In the present investigation, the closed cell aluminium fly ash foams were prepared using ultra fine fly ash particle as thickening agent and calcium hydride (CaH₂) as foaming agent through liquid metallurgy route. Fly ash particles in the size range of 2-10 μm of about 5% in mass fraction were used. CaH₂ powder (having size range of 20-30 μm) of 0.60% was used as foaming agent. An A2014 Al alloy was used as the virgin alloy (composition: 90.5%-93.7% Al, 0.5%-1.2% Si, 0.7% Fe, 3.9%-5.0% Cu, 0.4%-1.2% Mn, 0.2%-0.8% Mg, 0.1% Cr, 0.25% Zi, 0.1% Ti, 0.15% others).
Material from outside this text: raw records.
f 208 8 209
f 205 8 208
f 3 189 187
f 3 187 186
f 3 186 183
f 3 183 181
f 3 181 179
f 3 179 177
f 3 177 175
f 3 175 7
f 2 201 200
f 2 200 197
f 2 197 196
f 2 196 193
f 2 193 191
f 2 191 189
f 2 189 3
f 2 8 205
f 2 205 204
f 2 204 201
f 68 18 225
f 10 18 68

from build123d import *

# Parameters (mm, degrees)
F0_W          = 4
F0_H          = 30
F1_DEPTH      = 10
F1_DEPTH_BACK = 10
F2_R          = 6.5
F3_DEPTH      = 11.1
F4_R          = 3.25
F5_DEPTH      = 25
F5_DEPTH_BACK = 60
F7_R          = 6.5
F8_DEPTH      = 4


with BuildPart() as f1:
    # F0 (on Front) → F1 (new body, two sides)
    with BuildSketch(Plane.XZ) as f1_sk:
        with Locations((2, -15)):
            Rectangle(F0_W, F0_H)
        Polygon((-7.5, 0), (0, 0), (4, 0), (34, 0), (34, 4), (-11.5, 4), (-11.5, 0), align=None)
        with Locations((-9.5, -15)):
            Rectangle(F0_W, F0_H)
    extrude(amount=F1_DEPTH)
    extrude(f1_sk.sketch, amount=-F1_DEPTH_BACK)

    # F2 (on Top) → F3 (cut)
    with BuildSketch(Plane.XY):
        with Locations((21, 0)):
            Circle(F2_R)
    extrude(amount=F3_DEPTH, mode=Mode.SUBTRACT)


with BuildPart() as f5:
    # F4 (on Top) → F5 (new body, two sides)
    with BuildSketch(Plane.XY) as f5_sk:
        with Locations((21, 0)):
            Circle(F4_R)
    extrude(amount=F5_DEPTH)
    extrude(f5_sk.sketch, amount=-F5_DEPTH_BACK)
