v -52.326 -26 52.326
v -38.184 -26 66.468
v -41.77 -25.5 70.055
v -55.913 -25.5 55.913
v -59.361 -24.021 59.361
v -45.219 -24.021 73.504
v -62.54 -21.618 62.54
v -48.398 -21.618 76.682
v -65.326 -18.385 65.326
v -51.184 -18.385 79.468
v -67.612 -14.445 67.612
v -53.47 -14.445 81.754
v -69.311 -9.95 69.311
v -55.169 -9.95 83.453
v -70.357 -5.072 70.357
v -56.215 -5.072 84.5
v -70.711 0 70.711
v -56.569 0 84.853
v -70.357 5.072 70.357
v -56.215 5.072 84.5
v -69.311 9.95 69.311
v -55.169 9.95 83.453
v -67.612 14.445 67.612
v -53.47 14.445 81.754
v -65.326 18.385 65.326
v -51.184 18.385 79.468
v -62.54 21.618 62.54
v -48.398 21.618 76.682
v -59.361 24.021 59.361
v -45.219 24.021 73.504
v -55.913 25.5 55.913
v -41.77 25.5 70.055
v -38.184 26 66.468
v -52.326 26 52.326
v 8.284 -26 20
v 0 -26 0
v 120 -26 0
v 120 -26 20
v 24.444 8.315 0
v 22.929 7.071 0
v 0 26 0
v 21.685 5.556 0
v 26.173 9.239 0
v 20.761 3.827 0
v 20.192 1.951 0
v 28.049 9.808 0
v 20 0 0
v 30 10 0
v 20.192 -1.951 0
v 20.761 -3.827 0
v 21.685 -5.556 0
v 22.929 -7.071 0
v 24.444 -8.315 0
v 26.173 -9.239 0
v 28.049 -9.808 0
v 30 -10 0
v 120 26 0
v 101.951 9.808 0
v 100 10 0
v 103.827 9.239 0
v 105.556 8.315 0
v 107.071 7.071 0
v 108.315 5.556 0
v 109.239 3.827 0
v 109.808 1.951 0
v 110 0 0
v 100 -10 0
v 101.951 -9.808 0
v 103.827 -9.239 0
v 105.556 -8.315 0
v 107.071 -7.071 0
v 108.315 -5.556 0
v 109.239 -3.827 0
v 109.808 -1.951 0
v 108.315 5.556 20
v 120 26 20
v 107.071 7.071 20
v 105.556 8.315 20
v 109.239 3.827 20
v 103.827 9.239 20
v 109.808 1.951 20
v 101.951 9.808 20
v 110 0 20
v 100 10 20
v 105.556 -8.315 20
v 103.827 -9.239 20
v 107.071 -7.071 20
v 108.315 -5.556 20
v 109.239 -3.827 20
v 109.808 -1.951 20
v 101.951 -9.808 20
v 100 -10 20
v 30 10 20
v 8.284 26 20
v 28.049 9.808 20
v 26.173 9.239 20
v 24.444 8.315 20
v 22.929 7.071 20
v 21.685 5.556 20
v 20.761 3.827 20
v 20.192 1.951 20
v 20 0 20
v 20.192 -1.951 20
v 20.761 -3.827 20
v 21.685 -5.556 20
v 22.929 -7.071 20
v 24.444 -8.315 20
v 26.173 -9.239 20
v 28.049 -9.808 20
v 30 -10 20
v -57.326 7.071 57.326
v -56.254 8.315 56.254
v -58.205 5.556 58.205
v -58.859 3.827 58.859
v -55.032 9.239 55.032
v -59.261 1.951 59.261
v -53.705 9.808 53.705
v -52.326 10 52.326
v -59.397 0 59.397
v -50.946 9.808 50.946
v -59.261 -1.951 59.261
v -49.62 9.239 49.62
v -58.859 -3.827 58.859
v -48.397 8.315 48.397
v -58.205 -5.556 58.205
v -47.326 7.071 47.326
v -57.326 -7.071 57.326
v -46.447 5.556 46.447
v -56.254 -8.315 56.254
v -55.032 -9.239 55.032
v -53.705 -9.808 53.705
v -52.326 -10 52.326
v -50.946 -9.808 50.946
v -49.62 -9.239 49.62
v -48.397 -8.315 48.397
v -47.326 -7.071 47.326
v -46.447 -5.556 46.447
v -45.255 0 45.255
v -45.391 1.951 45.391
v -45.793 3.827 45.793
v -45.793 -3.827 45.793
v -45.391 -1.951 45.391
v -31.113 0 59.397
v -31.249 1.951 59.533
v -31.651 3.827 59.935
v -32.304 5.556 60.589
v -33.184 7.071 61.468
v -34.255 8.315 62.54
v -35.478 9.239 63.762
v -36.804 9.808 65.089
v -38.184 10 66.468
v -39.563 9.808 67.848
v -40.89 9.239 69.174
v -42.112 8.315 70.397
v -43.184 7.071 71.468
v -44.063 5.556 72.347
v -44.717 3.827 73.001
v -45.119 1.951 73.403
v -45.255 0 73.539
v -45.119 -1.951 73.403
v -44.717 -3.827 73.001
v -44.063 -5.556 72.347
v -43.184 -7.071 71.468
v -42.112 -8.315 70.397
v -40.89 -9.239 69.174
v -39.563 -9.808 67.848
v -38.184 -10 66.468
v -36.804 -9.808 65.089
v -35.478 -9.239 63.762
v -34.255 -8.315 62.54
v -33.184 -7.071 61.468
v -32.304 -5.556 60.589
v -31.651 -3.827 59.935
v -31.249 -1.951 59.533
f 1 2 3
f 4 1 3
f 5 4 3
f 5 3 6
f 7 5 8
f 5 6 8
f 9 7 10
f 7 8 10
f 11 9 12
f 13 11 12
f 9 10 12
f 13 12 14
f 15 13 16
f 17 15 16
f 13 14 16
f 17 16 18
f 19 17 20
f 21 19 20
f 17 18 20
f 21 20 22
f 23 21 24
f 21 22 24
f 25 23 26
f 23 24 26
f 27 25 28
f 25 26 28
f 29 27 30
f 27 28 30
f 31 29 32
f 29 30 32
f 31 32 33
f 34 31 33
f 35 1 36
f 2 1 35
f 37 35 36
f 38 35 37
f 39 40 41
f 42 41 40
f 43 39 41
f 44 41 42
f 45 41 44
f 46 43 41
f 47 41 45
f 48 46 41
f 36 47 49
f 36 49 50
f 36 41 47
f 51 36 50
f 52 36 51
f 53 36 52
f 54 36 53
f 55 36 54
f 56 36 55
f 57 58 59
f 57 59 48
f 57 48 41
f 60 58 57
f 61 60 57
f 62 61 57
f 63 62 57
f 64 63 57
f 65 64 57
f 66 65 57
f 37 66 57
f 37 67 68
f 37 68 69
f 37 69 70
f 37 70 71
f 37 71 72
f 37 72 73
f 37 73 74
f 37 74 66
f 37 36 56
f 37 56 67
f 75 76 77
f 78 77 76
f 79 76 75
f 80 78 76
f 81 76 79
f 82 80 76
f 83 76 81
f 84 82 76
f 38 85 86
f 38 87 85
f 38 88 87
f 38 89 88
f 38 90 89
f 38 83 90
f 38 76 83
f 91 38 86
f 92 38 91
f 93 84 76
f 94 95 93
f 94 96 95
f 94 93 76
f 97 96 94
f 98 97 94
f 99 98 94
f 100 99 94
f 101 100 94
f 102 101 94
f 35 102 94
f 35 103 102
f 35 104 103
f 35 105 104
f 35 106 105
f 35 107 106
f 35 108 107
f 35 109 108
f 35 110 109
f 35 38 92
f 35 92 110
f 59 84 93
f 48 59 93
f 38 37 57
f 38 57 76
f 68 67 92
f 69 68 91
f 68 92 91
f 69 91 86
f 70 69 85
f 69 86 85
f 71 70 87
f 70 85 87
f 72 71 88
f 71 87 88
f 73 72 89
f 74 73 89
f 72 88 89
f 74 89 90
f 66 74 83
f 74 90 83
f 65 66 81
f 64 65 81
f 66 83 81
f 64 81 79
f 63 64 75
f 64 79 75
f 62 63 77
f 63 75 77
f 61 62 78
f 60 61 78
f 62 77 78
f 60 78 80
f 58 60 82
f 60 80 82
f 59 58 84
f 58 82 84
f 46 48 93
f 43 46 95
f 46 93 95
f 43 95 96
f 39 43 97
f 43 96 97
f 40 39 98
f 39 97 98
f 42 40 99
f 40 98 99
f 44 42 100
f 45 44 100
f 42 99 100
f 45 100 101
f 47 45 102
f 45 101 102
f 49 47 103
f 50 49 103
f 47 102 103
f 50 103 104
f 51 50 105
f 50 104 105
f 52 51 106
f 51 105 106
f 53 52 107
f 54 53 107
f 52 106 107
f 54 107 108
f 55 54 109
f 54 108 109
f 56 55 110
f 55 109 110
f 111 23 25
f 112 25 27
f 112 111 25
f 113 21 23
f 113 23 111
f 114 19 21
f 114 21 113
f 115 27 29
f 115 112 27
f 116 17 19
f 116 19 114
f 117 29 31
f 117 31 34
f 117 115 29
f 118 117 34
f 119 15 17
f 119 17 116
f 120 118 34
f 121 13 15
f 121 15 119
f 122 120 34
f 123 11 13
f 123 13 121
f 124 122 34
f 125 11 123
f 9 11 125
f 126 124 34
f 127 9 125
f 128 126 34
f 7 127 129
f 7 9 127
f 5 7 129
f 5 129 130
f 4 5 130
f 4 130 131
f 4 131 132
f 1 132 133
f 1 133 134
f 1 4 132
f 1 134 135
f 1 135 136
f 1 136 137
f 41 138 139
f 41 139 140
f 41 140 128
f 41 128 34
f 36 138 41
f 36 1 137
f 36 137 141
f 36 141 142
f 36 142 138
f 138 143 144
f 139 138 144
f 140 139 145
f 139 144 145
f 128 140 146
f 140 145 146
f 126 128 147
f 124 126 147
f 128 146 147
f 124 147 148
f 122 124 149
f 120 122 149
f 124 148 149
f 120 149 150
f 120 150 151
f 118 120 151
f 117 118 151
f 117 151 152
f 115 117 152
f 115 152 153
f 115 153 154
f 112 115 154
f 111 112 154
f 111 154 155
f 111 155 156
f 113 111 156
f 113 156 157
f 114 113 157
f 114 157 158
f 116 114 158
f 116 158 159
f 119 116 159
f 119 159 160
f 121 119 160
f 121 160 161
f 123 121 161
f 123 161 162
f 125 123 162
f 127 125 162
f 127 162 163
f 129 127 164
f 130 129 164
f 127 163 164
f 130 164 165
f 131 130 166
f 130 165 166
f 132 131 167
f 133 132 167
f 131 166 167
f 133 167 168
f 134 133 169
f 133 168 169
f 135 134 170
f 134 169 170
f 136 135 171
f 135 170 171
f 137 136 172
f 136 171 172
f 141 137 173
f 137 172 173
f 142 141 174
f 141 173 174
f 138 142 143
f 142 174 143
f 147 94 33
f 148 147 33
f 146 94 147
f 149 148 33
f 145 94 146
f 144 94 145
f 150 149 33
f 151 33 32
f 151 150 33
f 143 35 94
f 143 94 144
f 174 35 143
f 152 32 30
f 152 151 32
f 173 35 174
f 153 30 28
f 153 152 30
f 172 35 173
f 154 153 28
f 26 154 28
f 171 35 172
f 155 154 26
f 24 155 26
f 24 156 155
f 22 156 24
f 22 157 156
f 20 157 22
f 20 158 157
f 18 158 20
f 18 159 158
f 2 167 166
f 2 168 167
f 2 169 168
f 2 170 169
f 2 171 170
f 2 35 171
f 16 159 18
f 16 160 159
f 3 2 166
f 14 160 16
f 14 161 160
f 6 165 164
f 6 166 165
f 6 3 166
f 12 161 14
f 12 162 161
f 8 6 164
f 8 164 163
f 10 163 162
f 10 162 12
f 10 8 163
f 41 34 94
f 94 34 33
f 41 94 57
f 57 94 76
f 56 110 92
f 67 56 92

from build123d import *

# Parameters (mm, degrees)
F1_DEPTH = 26
F3_DEPTH = 20.001
F4_R     = 10
F5_DEPTH = 70.001


with BuildPart() as f1:
    # F0 (on Front) → F1 (new body, symmetric)
    with BuildSketch(Plane.XZ):
        Polygon((-70.7106781187, 70.7106781187), (0, 0), (120, 0), (120, 20), (8.2842712475, 20), (-56.5685424949, 84.8528137424), align=None)
    extrude(amount=F1_DEPTH, both=True)

    # F2 (on face) → F3 (cut, through all)
    with BuildSketch(Plane.XY.offset(20)):
        with BuildLine():
            Line((30, -10), (100, -10))
            ThreePointArc((100, -10), (110, 0), (100, 10))
            Line((100, 10), (30, 10))
            ThreePointArc((30, 10), (20, 0), (30, -10))
        make_face()
    extrude(amount=-F3_DEPTH, mode=Mode.SUBTRACT)

    # F4 (on face) → F5 (cut, through all)
    with BuildSketch(Plane(origin=(14.1421356237, 0, 14.1421356237), x_dir=(0.7071067812, 0, -0.7071067812), z_dir=(0.7071067812, 0, 0.7071067812))):
        with Locations((-74, 0)):
            Circle(F4_R)
        with BuildLine():
            ThreePointArc((-74, -26), (-92.3847763543, -18.3847762674), (-100, 1.228e-07))
            Line((-100, 1.228e-07), (-100, -26))
            Line((-100, -26), (-74, -26))
        make_face()
        with BuildLine():
            ThreePointArc((-100, 1.228e-07), (-92.3847762674, 18.3847763543), (-74, 26))
            Line((-74, 26), (-100, 26))
            Line((-100, 26), (-100, 1.228e-07))
        make_face()
    extrude(amount=-F5_DEPTH, mode=Mode.SUBTRACT)


solid = f1.part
Aluminium fly ash foams were developed through liquid metallurgy route which involved the following steps: 1) melting of the alloy, 2) mixing of preheated fly ash particles in the alloy melt, 3) dispersion of calcium hydride (CaH₂) particles in the melt, 4) allowing the melt for a short duration in the foaming temperature for completion of foaming, 5) immediate cooling of the crucible in which the foaming was carried out through forced air and 6) ejection of foam from the crucibles after cooling [16]. The foaming temperature was varied in the range of 675-695 °C with an interval of 5 °C to achieve different relative densities (RD) of foams. Hydrogen gas bubbles were entrapped in the melt to cause foaming of the melt. The addition of fly ash particles increased the viscosity of the melt and acted as an excellent thickening agent because the fly ash particles are chemically inert with aluminium melt and are physically and chemically stable in the aluminium melt. The diameter of the cell was measured according to the method prescribed by ASTM for the measurement of grain diameter in polycrystalline multiphase materials [17]. The cell size (cell diameters) of the synthesized foam varied in the range of 1.7-3.2 mm with an average cell size of 1.9 mm. The cell sizes of foams changed with their relative densities. Figure 1 shows a bulk aluminium fly ash foam sample and its microstructure.
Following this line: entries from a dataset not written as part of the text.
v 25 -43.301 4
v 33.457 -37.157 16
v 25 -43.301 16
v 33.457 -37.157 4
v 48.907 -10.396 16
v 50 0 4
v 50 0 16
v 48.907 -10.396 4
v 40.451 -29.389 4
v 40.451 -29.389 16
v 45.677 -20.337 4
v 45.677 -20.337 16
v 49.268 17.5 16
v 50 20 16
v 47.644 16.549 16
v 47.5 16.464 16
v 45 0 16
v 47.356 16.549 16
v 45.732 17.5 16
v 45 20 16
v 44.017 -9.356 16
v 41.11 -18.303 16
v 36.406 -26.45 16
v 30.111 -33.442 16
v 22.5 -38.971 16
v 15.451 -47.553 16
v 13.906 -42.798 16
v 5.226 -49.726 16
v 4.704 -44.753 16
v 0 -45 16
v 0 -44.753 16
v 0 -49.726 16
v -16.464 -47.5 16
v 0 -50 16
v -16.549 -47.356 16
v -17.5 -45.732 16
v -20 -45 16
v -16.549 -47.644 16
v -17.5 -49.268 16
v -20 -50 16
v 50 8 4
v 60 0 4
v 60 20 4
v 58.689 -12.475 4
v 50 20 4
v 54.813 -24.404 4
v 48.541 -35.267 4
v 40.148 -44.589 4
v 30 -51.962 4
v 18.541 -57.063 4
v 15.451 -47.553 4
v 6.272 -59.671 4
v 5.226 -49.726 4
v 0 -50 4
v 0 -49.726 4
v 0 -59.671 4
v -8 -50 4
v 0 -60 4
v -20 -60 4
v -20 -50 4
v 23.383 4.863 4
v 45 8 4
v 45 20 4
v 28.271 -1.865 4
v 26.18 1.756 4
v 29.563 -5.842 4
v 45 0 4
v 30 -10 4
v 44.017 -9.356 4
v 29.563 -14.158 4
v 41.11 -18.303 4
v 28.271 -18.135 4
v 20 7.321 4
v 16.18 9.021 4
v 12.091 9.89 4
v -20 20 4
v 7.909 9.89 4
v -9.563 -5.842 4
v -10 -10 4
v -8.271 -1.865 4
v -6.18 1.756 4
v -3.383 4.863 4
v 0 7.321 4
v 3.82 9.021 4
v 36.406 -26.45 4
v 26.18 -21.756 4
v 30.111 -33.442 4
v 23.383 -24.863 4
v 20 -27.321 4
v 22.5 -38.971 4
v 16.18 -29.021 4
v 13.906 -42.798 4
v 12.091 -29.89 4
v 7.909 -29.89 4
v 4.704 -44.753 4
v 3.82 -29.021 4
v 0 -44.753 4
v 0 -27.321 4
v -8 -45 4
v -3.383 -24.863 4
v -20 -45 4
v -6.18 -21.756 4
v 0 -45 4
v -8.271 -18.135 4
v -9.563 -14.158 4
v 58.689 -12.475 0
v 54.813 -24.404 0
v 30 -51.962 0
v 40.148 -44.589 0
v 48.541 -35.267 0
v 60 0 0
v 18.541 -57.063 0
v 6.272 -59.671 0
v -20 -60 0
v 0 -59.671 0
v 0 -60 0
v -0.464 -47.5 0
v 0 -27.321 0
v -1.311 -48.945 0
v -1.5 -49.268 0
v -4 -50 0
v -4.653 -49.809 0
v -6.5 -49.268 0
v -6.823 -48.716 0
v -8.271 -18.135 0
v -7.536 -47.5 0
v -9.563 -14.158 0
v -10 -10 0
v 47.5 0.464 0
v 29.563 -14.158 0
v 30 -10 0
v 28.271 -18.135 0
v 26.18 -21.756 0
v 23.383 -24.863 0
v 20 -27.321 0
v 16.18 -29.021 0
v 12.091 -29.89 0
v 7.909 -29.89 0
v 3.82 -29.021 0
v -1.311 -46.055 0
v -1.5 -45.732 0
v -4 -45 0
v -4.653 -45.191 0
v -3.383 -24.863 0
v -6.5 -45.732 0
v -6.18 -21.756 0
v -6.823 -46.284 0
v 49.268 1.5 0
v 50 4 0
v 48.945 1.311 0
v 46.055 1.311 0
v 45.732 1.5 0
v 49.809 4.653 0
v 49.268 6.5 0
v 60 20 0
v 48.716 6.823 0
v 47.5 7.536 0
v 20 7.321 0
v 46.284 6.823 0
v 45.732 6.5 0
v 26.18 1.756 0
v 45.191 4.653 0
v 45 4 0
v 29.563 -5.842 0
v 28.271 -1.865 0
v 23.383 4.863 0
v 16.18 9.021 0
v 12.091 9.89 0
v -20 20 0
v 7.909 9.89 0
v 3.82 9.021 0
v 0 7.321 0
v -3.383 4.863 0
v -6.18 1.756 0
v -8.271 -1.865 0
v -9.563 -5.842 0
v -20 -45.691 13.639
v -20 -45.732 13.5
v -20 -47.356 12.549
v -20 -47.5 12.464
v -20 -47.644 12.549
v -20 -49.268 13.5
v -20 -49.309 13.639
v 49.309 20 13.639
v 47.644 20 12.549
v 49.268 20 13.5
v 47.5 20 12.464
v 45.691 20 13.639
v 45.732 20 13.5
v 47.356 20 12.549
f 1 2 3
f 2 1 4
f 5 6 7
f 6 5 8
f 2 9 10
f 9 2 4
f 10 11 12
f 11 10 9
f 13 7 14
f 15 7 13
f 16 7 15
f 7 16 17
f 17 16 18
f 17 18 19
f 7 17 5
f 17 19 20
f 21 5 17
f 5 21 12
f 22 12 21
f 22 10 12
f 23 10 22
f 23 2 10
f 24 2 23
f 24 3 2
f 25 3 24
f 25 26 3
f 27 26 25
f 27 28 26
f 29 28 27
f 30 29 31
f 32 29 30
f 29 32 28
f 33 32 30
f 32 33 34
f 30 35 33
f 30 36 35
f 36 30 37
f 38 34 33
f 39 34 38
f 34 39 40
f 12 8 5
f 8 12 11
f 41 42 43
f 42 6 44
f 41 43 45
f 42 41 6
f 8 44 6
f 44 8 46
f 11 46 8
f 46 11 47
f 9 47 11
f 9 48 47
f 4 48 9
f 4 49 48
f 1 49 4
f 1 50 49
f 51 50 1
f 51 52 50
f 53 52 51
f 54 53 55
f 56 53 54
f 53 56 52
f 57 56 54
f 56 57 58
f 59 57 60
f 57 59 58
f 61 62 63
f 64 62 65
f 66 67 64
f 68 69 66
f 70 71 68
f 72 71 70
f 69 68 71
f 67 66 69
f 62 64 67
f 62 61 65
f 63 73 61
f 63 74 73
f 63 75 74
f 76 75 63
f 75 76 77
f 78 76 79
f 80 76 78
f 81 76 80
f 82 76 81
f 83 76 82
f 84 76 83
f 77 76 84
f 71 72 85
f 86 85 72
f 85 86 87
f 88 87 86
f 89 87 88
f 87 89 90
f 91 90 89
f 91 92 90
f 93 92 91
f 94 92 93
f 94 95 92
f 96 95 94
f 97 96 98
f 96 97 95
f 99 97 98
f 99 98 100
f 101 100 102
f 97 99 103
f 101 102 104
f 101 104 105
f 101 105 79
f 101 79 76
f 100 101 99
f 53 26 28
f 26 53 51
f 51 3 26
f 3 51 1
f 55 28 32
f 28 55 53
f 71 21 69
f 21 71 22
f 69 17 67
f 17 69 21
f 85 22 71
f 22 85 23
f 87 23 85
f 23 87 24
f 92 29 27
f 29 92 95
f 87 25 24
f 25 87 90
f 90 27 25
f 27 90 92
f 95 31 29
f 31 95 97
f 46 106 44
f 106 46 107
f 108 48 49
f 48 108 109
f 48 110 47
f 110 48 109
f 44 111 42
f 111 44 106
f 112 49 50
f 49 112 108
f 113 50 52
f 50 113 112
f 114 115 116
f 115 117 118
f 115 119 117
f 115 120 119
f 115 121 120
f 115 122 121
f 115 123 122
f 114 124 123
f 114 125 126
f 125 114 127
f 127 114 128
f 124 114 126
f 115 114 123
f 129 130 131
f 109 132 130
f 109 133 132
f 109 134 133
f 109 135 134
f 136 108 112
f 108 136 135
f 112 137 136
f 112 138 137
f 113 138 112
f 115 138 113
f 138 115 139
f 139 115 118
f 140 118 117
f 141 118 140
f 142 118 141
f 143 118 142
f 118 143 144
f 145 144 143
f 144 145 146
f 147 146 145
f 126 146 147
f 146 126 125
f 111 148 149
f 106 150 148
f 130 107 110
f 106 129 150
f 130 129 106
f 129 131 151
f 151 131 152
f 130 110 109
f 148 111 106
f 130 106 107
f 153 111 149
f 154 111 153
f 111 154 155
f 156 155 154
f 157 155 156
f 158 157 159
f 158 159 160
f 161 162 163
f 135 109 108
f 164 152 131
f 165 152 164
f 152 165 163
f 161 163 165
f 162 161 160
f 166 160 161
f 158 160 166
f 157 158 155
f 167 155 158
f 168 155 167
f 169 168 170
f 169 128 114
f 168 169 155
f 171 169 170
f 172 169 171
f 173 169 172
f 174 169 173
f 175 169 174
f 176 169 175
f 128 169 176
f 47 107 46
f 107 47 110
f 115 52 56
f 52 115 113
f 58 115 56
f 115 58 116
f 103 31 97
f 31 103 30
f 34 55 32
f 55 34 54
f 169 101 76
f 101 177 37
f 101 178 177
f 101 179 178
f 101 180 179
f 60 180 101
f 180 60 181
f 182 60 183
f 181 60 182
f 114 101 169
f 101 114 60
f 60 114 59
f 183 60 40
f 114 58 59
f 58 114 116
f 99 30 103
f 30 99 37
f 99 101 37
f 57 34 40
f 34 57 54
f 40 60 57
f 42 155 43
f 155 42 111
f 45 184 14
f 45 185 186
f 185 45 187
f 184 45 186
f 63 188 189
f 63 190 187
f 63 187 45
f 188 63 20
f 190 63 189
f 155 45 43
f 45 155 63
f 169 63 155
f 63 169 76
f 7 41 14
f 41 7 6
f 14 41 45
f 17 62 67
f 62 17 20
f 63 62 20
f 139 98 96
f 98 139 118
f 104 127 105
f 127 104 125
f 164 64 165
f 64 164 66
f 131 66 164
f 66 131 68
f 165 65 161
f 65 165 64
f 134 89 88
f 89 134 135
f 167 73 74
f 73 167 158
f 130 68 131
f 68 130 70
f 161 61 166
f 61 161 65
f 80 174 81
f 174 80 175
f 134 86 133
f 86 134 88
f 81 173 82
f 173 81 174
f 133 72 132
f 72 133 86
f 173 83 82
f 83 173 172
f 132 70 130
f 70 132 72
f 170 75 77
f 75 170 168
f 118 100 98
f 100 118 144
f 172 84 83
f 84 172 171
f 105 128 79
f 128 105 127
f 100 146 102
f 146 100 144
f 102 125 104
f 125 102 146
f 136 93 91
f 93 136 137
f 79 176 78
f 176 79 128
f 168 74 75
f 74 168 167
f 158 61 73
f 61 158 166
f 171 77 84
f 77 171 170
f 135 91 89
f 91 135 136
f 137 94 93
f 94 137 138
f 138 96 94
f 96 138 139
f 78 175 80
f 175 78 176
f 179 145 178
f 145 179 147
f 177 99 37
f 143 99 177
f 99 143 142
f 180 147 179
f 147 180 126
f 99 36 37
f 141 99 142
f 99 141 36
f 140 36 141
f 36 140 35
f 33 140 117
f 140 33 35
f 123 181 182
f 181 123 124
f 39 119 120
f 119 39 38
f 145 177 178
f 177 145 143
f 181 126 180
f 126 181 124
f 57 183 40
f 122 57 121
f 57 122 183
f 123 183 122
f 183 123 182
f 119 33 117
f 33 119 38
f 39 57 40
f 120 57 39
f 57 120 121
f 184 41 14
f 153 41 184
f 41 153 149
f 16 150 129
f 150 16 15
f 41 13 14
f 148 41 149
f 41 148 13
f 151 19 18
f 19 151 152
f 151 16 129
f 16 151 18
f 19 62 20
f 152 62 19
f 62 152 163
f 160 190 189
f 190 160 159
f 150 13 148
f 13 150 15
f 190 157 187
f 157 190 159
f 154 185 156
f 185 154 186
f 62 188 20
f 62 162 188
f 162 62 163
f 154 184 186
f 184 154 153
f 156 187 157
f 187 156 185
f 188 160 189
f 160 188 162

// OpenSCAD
difference() {
  union() {
    difference() {
      union() {
        cylinder(h=4, r=60);
        translate([0, 0, 4]) {
          difference() {
            cylinder(h=12, r=50);
            cylinder(h=12, r=45);
          }
        }
      }  
      translate([-60, 0, 0]) cube([120, 60, 16]);
      translate([-60, -60, 0]) cube([60, 120, 16]);
    }

    translate([-20, -60, 0]) cube([20, 60, 4]);
    translate([-20, -50, 0]) cube([20, 5, 16]);

    translate([-20, 0, 0]) cube([80, 20, 4]);
    translate([45, 0, 0]) cube([5, 20, 16]);
  }
  
  translate([10, -10, 0]) cylinder(h=4, r=20);

  translate([-20, -47.5, 16]) rotate([0, 135, 0]) cylinder(h=30, r=2.5);
  translate([47.5, 20, 16]) rotate([135, 0, 0]) cylinder(h=30, r=2.5);

}

//translate([-20, -47.5, 16]) rotate([0, 135, 0]) cylinder(h=30, r=2.5);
The cell size, cell wall thickness and relative density as a function of temperature in the closed cell aluminium fly ash foam used in the present investigation are shown in Table 1. The average pore diameter was determined by calculating the pore diameter at different locations along the foaming direction and also along the transverse direction [1]. It can be observed that the cell size increased with increase in temperature, wherein the cell wall thickness decreased with increase in temperature. The relative density, which is defined as the ratio of density of foam to the density of dense material, is a strong function of temperature. It is obvious from the variation of cell size and cell wall thickness that the relative density would decrease with the increase in temperature.

Quasi-static compression tests of the developed foam were conducted in BiSS universal testing machine at a strain rate of 0.001 s^-1 [16]. For compression testing, specimens were cut off from the fabricated foam with average dimensions of 40 mm×45 mm in cross-section and 55 mm in height. The surface of the specimens was polished mechanically prior to testing and was lubricated with thin molybdenum sulphide coating so as to reduce the friction between the specimen surface and the compression test platens. The load—displacement data was recorded during the testing and converted to stress—strain curves by standard method.

Fig. 1 Representative closed cell aluminium fly ash bulk foam

Table 1 Cell size, cell wall thickness and relative densities of closed cell aluminium fly ash composite foams

Fig. 2 Quasi-static compressive stress—strain curve for closed cell aluminium fly ash foam

A compressive stress—strain curve of closed cell aluminium fly ash foam is shown in Fig. 2. To avoid clustering, only one stress—strain curves for relative density, 0.107, is reported in Fig. 2. The stress—strain curves clearly depict five regimes: 1) a linear portion at the initial stage indicating elastic portion, 2) just after yielding there is a small flat region, 3) after the flat regime, sharp drop of stress with strain and then again increase with increase in strain indicating a well-defined yield point, 4) a plateau region where the plastic deformation and compaction of the foam take place at almost constant stress level and 5) densification region beyond the densification strain where the foam starts densifying after compaction and plastic deformation. It is noted that the stress in the plateau region follows a zig-zag nature which may be due to the localized cell deformation, crushing and compaction propagated layer by layer. Herein, plateau stress was considered the average stress in the plateau region and the densification strain was considered to be the strain corresponding to the intersection of tangents drawn on the densified and the plateau regions. This quasi-static compression curve is helpful for computing the various parameters of constitutive model used in the present study. Table 2 shows the properties deduced from this curve and the same ones are used in the present investigation. These include elastic modulus E, yield stress σ_y at 0.2% of the total strain, compressive strength σ_c, plateau stress σ_p1 and densification strain ε_d.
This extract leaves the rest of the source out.